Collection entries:
╔══
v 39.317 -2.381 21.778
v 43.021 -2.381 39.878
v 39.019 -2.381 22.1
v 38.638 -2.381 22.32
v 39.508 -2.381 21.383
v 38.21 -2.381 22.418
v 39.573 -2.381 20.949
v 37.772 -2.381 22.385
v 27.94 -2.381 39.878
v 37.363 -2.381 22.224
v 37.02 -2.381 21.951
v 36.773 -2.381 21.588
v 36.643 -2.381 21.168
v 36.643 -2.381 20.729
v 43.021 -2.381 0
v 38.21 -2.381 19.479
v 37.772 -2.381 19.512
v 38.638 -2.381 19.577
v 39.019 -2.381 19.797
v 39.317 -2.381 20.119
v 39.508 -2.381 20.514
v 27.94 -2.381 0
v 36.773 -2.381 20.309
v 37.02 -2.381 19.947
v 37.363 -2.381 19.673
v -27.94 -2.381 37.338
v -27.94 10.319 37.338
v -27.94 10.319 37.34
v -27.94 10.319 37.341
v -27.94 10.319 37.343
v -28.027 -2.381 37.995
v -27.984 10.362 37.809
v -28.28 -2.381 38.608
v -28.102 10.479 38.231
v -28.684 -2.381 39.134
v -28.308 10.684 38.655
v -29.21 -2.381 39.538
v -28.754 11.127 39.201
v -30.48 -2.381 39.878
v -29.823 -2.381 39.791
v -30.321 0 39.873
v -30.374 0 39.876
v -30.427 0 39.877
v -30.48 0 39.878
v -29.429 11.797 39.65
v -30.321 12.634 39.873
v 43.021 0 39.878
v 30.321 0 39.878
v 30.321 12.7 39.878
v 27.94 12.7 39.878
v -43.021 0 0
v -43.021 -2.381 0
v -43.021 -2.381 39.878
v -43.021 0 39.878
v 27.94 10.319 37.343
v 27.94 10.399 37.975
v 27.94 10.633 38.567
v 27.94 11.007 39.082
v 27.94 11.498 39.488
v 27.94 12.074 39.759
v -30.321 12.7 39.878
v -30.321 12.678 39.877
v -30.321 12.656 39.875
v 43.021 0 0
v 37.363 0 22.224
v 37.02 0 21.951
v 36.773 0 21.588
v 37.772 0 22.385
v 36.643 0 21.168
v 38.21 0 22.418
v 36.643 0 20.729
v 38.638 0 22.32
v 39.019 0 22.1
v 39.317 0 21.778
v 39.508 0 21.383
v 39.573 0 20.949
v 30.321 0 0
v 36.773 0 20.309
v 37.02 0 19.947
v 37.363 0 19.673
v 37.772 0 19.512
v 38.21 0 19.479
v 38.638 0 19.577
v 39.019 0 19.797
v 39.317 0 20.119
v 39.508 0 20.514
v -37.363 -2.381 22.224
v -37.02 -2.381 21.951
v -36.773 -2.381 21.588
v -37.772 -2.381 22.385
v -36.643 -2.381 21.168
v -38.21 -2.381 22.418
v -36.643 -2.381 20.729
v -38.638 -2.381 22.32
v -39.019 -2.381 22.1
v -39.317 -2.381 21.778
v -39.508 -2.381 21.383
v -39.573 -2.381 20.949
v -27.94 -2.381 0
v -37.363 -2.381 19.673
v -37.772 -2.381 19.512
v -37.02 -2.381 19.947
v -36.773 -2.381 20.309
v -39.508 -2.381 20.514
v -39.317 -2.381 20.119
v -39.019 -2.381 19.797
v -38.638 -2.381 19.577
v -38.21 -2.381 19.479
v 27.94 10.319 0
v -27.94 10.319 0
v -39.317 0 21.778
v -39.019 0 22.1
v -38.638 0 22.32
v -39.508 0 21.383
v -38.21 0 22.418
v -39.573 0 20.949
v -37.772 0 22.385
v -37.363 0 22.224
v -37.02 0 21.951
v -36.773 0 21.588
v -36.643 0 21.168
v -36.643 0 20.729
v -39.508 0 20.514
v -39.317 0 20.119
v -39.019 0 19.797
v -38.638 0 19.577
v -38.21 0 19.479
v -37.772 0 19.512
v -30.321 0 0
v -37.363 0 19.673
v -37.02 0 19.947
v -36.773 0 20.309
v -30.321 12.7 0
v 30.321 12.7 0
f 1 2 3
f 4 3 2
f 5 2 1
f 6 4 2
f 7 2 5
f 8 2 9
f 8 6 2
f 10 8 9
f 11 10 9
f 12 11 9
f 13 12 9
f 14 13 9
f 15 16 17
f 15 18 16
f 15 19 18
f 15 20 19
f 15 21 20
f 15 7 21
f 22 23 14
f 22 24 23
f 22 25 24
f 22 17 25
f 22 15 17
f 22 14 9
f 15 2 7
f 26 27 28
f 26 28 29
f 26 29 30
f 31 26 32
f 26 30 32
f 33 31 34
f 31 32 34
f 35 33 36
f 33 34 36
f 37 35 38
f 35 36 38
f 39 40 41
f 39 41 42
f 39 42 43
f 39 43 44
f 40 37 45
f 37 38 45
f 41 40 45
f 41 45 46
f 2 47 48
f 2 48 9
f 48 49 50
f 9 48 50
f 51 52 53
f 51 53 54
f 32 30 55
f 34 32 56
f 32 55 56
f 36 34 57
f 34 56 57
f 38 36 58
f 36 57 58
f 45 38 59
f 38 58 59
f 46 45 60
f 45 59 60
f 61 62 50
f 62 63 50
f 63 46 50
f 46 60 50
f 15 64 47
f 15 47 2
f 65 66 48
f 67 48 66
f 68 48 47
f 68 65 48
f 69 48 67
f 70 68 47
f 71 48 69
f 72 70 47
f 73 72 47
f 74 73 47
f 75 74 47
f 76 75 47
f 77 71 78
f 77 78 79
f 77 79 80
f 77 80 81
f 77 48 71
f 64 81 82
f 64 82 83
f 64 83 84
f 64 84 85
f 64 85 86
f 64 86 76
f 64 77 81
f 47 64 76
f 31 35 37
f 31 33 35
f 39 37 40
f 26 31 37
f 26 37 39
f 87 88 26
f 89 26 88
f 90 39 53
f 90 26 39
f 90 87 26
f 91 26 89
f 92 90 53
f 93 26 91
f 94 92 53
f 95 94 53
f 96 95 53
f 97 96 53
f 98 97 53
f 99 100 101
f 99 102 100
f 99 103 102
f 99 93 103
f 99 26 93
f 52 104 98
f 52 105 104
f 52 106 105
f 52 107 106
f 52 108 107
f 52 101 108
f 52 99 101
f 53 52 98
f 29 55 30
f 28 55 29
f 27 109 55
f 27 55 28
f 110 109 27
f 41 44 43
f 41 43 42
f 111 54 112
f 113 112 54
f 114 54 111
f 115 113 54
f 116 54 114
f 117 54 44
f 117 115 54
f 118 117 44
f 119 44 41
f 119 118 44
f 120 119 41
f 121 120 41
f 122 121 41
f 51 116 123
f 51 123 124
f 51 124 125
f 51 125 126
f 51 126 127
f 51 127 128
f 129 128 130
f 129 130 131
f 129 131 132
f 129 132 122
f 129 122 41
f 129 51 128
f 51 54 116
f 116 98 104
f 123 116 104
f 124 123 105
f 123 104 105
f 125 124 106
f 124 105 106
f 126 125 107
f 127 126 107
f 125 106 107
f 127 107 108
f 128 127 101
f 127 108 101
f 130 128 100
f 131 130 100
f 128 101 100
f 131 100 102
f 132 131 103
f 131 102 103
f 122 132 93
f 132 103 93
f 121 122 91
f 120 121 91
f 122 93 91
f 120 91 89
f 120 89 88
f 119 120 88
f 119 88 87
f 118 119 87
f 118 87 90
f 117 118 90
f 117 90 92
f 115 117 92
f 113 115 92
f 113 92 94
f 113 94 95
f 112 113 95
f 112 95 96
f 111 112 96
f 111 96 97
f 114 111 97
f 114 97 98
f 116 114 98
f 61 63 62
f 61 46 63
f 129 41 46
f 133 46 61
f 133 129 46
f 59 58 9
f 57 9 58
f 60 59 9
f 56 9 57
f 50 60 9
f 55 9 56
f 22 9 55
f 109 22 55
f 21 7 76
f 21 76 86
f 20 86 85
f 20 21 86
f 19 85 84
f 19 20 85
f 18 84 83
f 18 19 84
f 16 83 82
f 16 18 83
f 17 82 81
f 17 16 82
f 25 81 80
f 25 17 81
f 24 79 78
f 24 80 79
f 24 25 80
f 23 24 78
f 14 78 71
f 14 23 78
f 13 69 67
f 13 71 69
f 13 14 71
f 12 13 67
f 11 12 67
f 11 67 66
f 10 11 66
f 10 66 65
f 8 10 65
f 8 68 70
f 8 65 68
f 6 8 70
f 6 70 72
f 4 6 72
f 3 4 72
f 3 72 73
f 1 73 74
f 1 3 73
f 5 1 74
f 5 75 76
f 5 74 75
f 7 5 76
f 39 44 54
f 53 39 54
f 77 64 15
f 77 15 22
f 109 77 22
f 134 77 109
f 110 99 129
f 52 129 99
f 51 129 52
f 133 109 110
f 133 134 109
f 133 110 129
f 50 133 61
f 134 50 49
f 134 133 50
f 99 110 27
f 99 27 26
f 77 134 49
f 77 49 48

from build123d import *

# Parameters (mm, degrees)
BOSS_EXTRUDE1_DEPTH   = 39.878
F_4_CLEARANCE_HOLE1_D = 2.9464
FILLET1_R             = 2.54
FILLET2_R             = 2.54


with BuildPart() as part:
    # Sketch1 → Boss-Extrude1 (new body)
    with BuildSketch(Plane.XY):
        Polygon((-43.02125, 0), (-30.32125, 0), (-30.32125, 12.7), (30.32125, 12.7), (30.32125, 0), (43.02125, 0), (43.02125, -2.38125), (27.94, -2.38125), (27.94, 10.31875), (-27.94, 10.31875), (-27.94, -2.38125), (-43.02125, -2.38125), align=None)
    extrude(amount=BOSS_EXTRUDE1_DEPTH)

    # #4 Clearance Hole1 (through all)
    with Locations(Plane(origin=(0, 0, 0), x_dir=(1, 0, 0), z_dir=(0, 1, 0))):
        with Locations((-38.1, -20.948579073)):
            f_4_clearance_hole1 = Hole(F_4_CLEARANCE_HOLE1_D / 2)

    # Mirror1: #4 Clearance Hole1 across plane
    add(f_4_clearance_hole1.mirror(Plane(origin=(0, 0, 0), x_dir=(0, 0, 1), z_dir=(1, 0, 0))), mode=Mode.SUBTRACT)

    # Fillet1
    # the kernel refuses this fillet: 2.54 mm, written as the material it takes off along each edge
    with BuildSketch(Plane(origin=(-27.94, 10.31875, 39.878), x_dir=(-1, 0, 0), z_dir=(0, -1, 0))) as fillet1_piece_1:
        with BuildLine():
            CenterArc((FILLET1_R, FILLET1_R), FILLET1_R, 180, 90)
            Line((0, FILLET1_R), (0, 0))
            Line((0, 0), (FILLET1_R, 0))
        make_face()
    extrude(amount=19.05, mode=Mode.SUBTRACT)

    # Fillet2
    # the kernel refuses this fillet: 2.54 mm, written as the material it takes off along each edge
    with BuildSketch(Plane(origin=(27.94, 10.31875, 39.878), x_dir=(0, 0, -1), z_dir=(-1, 0, 0))) as fillet2_piece_1_section:
        with BuildLine():
            CenterArc((2.535034208, -2.54), FILLET2_R, 90, 86.416678302)
            Line((0, -2.38125), (0, 0))
            Line((0, 0), (2.535034208, 0))
        make_face()
    fillet2_piece_1 = extrude(amount=64.598835521, mode=Mode.PRIVATE)
    fillet2_piece_1 = fillet2_piece_1 - Plane(origin=(-30.48, 11.003720119, 37.338), x_dir=(-1, 0, 0), z_dir=(0, 1, 0)) * Cylinder(2.54, 140, mode=Mode.PRIVATE)
    add(fillet2_piece_1, mode=Mode.SUBTRACT)


solid = part.part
╚══
Problem to work on: Copy out only the lines of the records above from the one with "v -37.363 -2.381 22.224" through the one with "v -27.94 10.319 0", exactly as they stand, both included.

Exercise result:
v -37.363 -2.381 22.224
v -37.02 -2.381 21.951
v -36.773 -2.381 21.588
v -37.772 -2.381 22.385
v -36.643 -2.381 21.168
v -38.21 -2.381 22.418
v -36.643 -2.381 20.729
v -38.638 -2.381 22.32
v -39.019 -2.381 22.1
v -39.317 -2.381 21.778
v -39.508 -2.381 21.383
v -39.573 -2.381 20.949
v -27.94 -2.381 0
v -37.363 -2.381 19.673
v -37.772 -2.381 19.512
v -37.02 -2.381 19.947
v -36.773 -2.381 20.309
v -39.508 -2.381 20.514
v -39.317 -2.381 20.119
v -39.019 -2.381 19.797
v -38.638 -2.381 19.577
v -38.21 -2.381 19.479
v 27.94 10.319 0
v -27.94 10.319 0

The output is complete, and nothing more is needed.